* **EXERCISE DESCRIPTION**: Please keep to the lines below from the one with "Line((-43.883093525, -1.707733813), (1.116906475, -1.707733813))" through the one with "13.292266187), (-39.383093525, 13.292266187))", and restate them word for word, ends included.

* **Saved entries**:
——

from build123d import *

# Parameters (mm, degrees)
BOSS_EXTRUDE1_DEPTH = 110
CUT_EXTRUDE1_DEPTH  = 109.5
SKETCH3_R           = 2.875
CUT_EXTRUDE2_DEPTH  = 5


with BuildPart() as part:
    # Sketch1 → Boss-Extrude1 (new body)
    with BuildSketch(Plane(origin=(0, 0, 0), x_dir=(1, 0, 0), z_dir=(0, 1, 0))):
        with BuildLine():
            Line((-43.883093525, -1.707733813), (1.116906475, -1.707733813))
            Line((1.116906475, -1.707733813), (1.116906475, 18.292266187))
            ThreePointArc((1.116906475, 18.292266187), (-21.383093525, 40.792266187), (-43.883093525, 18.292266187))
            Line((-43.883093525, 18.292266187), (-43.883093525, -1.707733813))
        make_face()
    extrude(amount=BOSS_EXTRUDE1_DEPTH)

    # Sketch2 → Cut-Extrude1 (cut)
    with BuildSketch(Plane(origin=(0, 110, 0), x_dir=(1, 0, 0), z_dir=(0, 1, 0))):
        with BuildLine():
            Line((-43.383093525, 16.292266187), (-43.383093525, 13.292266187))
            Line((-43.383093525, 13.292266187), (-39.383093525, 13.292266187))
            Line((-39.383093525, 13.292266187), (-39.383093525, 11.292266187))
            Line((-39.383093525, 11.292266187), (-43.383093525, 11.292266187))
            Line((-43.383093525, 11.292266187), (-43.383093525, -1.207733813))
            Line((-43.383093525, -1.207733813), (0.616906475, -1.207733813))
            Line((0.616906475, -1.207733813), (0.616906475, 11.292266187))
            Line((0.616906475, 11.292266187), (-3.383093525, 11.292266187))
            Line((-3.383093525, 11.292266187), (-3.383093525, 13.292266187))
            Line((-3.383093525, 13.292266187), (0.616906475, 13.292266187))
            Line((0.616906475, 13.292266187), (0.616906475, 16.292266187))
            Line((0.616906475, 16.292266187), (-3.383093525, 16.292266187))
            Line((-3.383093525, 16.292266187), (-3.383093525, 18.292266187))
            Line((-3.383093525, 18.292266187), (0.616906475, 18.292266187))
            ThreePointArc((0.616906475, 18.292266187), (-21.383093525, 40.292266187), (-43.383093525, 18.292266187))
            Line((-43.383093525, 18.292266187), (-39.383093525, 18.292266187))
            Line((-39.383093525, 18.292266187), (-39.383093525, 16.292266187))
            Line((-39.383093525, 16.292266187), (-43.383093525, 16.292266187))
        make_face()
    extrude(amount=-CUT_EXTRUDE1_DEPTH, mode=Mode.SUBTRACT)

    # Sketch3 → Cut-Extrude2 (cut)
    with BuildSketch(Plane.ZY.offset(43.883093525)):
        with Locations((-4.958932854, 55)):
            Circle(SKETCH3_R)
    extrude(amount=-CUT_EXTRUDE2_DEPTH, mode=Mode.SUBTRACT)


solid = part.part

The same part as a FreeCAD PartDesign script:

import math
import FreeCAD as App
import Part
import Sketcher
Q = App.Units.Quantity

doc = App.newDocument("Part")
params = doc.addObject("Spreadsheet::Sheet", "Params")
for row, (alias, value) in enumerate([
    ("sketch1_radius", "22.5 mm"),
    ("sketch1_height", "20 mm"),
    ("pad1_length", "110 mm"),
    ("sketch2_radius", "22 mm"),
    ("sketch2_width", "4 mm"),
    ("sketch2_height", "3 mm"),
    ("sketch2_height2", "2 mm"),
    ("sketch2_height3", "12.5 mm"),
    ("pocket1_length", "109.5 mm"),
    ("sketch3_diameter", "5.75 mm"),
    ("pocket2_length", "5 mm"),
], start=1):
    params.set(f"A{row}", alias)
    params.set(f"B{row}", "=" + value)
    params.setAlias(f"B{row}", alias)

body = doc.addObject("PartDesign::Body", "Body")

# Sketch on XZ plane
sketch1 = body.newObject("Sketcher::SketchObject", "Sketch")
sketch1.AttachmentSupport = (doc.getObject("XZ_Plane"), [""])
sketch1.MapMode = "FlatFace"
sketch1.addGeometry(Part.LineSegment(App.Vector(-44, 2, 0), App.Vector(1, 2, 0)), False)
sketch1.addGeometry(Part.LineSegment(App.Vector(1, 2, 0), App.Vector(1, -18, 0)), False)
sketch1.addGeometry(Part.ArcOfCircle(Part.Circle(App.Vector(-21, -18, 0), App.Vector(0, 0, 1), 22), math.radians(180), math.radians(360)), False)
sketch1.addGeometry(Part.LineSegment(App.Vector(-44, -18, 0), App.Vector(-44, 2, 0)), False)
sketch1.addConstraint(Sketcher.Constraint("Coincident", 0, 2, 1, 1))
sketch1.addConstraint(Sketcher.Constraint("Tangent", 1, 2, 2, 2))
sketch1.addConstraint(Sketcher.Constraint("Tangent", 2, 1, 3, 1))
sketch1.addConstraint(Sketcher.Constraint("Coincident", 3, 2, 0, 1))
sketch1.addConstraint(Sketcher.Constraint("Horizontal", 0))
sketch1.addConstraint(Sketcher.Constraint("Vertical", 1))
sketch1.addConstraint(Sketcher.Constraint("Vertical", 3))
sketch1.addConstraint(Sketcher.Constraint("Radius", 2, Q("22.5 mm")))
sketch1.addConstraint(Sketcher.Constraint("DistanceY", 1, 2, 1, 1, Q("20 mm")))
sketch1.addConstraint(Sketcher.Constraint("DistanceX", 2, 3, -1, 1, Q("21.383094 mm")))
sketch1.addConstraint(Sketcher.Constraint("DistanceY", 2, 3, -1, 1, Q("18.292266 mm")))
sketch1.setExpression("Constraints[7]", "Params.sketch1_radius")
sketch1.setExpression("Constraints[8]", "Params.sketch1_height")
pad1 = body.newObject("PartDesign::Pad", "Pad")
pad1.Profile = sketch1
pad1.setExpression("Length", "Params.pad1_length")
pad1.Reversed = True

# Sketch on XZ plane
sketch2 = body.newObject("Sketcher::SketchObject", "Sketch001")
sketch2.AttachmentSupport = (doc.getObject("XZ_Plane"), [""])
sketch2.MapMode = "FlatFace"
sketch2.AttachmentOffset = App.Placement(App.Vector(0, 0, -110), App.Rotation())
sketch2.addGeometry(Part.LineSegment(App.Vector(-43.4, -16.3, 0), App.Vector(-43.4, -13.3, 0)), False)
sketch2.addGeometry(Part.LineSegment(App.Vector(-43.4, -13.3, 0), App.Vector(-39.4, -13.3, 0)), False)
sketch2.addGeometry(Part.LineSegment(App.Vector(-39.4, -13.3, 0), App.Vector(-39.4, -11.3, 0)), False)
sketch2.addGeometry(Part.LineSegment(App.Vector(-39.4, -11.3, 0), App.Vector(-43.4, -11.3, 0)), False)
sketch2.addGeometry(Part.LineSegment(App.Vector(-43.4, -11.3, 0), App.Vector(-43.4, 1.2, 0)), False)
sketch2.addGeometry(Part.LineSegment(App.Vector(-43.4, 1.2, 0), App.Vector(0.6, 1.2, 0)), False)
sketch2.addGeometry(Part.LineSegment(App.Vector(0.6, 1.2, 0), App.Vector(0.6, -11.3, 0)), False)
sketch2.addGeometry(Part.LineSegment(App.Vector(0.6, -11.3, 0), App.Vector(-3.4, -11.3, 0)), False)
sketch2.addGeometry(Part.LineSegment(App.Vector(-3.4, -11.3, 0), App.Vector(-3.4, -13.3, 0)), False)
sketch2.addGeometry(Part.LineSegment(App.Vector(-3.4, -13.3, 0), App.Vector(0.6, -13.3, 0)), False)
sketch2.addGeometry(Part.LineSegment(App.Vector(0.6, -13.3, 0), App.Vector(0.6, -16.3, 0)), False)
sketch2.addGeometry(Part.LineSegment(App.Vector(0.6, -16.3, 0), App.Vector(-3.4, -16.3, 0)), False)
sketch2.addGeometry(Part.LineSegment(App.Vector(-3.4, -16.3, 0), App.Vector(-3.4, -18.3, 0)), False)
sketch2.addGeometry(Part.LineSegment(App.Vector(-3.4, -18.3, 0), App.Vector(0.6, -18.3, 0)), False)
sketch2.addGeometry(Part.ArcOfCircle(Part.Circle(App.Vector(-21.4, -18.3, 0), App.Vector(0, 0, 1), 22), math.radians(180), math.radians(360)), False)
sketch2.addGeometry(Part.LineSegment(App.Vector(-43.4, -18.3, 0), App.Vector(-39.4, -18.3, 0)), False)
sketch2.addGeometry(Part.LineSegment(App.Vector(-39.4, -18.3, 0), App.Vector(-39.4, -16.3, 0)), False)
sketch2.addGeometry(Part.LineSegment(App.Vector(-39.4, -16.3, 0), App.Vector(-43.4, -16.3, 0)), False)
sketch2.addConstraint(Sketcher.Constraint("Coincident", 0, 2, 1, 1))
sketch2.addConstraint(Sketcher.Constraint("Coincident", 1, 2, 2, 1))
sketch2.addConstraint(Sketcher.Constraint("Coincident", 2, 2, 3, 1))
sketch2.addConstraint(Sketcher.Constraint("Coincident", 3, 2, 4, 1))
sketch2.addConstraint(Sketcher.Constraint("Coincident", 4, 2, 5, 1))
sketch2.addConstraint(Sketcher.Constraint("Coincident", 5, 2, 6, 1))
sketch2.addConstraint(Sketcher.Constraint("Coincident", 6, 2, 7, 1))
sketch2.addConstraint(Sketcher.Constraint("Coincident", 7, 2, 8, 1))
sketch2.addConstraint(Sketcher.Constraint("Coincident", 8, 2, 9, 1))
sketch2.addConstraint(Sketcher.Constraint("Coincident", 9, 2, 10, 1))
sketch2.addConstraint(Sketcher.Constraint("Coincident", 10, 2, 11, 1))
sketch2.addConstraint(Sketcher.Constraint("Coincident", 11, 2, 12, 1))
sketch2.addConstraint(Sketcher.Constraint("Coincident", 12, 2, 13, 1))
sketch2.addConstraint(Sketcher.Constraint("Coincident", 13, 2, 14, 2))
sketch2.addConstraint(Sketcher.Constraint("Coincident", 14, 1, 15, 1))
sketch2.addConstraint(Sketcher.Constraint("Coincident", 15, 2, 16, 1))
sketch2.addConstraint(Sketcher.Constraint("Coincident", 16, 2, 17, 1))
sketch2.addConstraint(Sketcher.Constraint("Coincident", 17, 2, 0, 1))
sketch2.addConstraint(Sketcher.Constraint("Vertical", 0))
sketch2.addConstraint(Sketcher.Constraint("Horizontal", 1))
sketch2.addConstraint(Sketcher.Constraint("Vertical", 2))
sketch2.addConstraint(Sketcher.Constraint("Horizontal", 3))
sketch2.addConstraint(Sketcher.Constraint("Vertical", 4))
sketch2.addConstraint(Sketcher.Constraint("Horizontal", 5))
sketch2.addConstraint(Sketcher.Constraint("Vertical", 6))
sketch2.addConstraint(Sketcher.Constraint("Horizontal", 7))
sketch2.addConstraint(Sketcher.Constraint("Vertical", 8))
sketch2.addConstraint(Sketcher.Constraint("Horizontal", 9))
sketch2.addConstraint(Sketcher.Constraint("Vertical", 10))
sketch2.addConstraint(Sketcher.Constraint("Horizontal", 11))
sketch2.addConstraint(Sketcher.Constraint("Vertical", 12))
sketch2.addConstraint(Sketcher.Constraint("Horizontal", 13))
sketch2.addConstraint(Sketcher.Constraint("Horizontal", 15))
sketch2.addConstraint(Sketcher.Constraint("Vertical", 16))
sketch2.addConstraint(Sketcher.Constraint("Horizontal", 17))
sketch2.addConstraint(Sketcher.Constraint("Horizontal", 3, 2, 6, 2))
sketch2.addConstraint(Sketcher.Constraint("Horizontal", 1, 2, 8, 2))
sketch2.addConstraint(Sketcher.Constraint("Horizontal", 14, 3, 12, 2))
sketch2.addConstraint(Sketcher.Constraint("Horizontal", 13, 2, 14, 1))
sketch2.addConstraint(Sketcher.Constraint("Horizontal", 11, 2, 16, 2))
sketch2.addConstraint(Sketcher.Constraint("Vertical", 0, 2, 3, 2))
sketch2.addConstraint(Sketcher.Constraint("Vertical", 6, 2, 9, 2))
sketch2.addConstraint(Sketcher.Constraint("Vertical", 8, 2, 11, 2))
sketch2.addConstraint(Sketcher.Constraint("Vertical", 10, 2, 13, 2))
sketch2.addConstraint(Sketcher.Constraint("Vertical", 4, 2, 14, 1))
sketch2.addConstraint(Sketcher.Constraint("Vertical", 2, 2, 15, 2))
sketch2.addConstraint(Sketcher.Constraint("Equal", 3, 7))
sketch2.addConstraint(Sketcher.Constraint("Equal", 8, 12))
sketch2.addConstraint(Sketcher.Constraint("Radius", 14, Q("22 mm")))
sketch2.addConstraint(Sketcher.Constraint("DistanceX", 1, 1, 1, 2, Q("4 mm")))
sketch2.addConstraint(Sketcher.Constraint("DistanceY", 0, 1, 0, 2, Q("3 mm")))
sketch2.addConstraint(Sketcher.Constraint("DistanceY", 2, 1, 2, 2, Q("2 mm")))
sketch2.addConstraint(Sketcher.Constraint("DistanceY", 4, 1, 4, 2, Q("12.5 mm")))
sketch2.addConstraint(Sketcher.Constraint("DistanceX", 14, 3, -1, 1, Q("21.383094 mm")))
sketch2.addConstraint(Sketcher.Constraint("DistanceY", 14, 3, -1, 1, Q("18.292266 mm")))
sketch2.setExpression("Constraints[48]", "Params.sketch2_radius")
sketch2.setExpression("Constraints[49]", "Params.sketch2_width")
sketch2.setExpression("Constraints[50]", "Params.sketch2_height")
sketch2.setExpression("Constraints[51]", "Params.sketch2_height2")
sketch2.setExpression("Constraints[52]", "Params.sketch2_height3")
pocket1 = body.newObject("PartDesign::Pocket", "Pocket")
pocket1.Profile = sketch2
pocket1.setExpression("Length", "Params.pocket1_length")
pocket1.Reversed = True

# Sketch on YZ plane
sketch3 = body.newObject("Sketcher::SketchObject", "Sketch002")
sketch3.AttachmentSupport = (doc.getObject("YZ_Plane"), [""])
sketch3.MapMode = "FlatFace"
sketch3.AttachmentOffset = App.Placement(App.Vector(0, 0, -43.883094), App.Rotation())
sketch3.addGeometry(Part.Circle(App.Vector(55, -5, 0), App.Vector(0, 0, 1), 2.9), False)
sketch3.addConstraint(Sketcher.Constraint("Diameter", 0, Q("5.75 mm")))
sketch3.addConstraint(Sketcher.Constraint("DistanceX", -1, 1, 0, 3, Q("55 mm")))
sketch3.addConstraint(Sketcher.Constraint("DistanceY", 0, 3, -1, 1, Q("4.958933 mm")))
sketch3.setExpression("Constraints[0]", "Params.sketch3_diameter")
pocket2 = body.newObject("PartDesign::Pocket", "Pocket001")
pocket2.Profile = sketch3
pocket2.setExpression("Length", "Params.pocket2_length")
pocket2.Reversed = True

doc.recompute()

——

* **TASK RESULT**:
            Line((-43.883093525, -1.707733813), (1.116906475, -1.707733813))
            Line((1.116906475, -1.707733813), (1.116906475, 18.292266187))
            ThreePointArc((1.116906475, 18.292266187), (-21.383093525, 40.792266187), (-43.883093525, 18.292266187))
            Line((-43.883093525, 18.292266187), (-43.883093525, -1.707733813))
        make_face()
    extrude(amount=BOSS_EXTRUDE1_DEPTH)

    # Sketch2 → Cut-Extrude1 (cut)
    with BuildSketch(Plane(origin=(0, 110, 0), x_dir=(1, 0, 0), z_dir=(0, 1, 0))):
        with BuildLine():
            Line((-43.383093525, 16.292266187), (-43.383093525, 13.292266187))
            Line((-43.383093525, 13.292266187), (-39.383093525, 13.292266187))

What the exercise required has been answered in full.